• **How to complete this task**:
Copy verbatim the block of lines in the entries below whose first line contains "v -66.822 4.649 3" and whose last line contains "v 67.009 -2.844 3". Leave out all other lines.

• **Material provided**:
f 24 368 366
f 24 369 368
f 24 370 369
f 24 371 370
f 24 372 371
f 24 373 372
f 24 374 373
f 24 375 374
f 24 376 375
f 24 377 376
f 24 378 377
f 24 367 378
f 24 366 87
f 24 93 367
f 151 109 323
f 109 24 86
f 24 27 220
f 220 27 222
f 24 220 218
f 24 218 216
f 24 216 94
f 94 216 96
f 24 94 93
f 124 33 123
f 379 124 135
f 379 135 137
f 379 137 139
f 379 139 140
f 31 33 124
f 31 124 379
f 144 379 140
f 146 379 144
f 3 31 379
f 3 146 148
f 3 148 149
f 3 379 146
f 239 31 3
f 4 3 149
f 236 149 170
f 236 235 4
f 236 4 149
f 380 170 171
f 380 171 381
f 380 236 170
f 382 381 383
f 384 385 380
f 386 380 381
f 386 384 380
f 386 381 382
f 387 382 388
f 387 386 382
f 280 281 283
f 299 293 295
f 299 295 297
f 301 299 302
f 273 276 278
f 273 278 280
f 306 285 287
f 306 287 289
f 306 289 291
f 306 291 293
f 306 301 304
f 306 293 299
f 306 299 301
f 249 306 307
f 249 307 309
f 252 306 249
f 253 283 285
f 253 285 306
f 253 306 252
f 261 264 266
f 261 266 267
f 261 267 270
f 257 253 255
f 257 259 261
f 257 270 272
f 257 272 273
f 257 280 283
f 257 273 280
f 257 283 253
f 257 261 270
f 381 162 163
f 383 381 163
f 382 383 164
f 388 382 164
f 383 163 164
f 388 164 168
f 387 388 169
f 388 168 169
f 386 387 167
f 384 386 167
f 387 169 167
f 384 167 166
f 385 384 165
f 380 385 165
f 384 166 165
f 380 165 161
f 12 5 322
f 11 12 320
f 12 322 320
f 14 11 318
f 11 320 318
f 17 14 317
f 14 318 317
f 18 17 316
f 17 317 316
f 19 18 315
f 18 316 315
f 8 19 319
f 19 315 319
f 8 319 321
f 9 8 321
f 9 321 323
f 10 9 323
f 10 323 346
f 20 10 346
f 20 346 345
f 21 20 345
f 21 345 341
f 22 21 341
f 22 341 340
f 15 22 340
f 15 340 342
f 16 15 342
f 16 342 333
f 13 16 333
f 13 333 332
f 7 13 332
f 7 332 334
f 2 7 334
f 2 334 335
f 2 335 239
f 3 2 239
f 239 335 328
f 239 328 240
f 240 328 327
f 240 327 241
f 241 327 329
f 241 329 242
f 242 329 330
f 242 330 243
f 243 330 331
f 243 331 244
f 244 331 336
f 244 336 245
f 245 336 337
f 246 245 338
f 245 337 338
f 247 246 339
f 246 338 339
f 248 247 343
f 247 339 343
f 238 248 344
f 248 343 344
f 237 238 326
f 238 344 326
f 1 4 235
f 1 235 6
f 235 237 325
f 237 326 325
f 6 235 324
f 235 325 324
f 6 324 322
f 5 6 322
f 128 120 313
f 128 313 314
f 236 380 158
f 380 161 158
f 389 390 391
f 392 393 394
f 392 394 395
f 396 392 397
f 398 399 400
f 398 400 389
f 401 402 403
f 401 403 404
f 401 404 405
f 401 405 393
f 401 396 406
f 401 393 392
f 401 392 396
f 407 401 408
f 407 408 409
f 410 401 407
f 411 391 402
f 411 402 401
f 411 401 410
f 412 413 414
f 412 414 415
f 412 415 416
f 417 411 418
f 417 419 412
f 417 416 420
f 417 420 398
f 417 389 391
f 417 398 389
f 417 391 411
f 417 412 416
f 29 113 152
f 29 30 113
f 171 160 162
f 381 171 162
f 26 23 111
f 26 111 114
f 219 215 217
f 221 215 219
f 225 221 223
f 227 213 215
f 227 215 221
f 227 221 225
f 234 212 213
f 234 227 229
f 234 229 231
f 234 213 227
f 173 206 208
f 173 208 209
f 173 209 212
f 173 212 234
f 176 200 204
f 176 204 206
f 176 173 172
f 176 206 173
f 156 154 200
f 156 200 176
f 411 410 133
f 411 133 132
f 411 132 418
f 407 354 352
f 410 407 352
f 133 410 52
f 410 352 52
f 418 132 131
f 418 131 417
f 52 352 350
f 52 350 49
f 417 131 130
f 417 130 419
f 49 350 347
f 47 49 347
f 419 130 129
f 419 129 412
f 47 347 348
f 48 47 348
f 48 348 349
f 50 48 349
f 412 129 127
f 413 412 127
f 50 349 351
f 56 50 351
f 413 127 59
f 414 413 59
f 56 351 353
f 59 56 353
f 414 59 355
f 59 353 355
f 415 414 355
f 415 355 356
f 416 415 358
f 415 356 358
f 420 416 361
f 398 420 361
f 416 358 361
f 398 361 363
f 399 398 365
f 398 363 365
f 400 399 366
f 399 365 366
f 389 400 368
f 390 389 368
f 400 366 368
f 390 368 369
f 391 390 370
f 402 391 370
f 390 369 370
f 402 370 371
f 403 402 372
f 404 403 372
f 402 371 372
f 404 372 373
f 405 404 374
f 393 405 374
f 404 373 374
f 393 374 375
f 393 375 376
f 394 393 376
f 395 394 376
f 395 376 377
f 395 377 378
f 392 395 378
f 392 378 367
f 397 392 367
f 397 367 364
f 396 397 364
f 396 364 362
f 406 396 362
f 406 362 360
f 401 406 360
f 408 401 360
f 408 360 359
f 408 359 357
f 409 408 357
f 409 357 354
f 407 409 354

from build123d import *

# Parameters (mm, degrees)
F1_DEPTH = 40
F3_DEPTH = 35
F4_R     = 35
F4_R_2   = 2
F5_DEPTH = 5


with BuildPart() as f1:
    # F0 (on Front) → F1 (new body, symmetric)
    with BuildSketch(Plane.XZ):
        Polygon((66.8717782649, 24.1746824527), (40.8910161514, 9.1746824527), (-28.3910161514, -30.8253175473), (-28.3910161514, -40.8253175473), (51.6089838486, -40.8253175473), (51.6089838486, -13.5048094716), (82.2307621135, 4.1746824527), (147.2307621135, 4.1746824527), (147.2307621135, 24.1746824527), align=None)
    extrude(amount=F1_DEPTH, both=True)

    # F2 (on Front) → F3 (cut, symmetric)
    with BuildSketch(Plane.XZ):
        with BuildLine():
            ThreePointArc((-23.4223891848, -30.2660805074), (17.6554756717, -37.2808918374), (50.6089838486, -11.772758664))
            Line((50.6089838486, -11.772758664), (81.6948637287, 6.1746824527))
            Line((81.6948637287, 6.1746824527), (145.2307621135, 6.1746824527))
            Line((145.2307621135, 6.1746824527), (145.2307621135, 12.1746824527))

...

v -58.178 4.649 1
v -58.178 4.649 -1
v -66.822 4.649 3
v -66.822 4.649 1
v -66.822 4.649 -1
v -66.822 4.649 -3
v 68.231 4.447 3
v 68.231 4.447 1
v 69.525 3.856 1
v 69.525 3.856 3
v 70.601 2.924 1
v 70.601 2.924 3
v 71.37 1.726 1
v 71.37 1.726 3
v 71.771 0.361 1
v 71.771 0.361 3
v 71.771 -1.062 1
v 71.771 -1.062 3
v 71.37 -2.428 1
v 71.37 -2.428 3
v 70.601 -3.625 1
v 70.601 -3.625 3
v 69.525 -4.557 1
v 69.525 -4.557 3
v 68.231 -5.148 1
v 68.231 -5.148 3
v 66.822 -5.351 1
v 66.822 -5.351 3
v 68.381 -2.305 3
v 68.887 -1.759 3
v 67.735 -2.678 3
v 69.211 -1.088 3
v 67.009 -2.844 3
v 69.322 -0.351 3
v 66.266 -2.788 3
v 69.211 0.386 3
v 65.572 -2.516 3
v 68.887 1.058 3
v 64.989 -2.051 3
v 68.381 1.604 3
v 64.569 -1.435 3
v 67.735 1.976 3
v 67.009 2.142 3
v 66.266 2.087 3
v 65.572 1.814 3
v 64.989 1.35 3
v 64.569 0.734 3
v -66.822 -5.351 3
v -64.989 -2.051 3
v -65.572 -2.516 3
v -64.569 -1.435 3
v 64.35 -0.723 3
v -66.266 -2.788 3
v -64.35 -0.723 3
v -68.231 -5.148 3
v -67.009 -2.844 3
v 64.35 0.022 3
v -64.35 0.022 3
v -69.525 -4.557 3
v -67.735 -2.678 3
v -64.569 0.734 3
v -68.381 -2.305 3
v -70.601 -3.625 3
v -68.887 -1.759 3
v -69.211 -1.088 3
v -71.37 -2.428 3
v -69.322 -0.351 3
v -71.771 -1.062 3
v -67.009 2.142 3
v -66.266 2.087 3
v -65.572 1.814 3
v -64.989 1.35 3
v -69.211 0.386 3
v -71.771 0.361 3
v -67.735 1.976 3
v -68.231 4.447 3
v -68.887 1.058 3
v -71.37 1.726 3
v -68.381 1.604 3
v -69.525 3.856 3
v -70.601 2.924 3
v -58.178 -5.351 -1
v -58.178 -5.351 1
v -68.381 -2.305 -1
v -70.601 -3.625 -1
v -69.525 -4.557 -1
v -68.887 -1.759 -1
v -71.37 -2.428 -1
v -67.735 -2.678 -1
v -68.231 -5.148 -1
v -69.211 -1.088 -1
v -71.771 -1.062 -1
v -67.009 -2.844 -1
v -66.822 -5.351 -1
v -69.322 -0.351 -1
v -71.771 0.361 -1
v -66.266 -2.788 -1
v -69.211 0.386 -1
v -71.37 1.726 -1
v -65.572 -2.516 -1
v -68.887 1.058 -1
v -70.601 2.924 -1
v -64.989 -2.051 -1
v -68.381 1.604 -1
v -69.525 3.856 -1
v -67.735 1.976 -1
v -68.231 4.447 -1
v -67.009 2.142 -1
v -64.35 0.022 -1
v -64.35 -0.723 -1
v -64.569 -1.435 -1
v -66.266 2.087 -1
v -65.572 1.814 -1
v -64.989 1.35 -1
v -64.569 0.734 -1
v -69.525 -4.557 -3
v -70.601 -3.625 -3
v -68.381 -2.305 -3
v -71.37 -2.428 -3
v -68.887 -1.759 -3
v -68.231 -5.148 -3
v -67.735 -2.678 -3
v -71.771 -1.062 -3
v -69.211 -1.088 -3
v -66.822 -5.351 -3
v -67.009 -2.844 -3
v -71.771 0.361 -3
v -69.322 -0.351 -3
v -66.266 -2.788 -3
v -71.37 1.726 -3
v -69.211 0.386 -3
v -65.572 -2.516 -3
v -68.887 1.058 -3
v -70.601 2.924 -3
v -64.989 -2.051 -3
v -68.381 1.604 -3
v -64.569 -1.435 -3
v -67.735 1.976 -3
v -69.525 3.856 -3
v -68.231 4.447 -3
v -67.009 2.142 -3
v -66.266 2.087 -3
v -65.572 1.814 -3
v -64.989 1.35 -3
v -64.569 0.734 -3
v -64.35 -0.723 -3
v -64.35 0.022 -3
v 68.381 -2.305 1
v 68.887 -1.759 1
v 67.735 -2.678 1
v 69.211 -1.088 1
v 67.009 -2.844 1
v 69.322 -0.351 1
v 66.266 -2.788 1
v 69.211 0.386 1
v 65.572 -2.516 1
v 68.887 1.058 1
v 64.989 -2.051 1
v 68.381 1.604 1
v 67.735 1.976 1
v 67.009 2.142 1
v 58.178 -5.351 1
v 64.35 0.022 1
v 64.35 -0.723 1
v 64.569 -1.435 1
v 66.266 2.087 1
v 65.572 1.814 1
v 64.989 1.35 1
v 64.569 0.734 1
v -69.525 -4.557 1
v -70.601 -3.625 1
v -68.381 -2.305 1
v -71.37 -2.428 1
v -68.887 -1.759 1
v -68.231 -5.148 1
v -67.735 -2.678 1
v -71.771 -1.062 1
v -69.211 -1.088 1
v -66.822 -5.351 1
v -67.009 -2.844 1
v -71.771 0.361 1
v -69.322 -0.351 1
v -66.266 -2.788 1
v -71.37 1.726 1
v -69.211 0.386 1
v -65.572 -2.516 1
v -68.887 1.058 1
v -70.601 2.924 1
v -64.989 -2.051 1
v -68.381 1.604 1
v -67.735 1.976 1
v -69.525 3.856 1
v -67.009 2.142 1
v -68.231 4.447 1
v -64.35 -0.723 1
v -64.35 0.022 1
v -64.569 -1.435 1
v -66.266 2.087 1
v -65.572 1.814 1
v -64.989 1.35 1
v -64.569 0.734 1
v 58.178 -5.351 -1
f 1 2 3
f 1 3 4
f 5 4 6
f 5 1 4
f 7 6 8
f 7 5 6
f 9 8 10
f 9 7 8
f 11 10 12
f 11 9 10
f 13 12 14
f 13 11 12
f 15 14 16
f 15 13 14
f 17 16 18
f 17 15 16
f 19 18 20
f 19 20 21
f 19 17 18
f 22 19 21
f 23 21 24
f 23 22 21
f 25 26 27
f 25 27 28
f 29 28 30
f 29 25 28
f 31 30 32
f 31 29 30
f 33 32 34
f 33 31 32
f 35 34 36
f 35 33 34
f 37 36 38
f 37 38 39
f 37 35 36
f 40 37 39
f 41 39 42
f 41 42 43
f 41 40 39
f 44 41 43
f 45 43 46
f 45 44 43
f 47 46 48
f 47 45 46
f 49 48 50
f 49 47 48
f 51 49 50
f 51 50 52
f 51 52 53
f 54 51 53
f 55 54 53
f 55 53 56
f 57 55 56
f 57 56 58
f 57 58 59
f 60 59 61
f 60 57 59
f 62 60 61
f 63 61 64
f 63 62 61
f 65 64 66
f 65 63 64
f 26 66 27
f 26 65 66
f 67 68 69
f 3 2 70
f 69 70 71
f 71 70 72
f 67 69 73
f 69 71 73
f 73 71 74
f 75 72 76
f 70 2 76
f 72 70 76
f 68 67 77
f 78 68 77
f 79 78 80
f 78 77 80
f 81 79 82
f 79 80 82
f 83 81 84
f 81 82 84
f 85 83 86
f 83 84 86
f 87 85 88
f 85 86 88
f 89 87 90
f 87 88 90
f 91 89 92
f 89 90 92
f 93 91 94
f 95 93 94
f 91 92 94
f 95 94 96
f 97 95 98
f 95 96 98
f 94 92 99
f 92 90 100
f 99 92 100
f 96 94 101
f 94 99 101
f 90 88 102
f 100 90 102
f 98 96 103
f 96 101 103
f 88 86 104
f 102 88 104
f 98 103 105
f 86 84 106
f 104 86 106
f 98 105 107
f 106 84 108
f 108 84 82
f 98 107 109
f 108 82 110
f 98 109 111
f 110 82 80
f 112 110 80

• **Answer area**:
v -66.822 4.649 3
v -66.822 4.649 1
v -66.822 4.649 -1
v -66.822 4.649 -3
v 68.231 4.447 3
v 68.231 4.447 1
v 69.525 3.856 1
v 69.525 3.856 3
v 70.601 2.924 1
v 70.601 2.924 3
v 71.37 1.726 1
v 71.37 1.726 3
v 71.771 0.361 1
v 71.771 0.361 3
v 71.771 -1.062 1
v 71.771 -1.062 3
v 71.37 -2.428 1
v 71.37 -2.428 3
v 70.601 -3.625 1
v 70.601 -3.625 3
v 69.525 -4.557 1
v 69.525 -4.557 3
v 68.231 -5.148 1
v 68.231 -5.148 3
v 66.822 -5.351 1
v 66.822 -5.351 3
v 68.381 -2.305 3
v 68.887 -1.759 3
v 67.735 -2.678 3
v 69.211 -1.088 3
v 67.009 -2.844 3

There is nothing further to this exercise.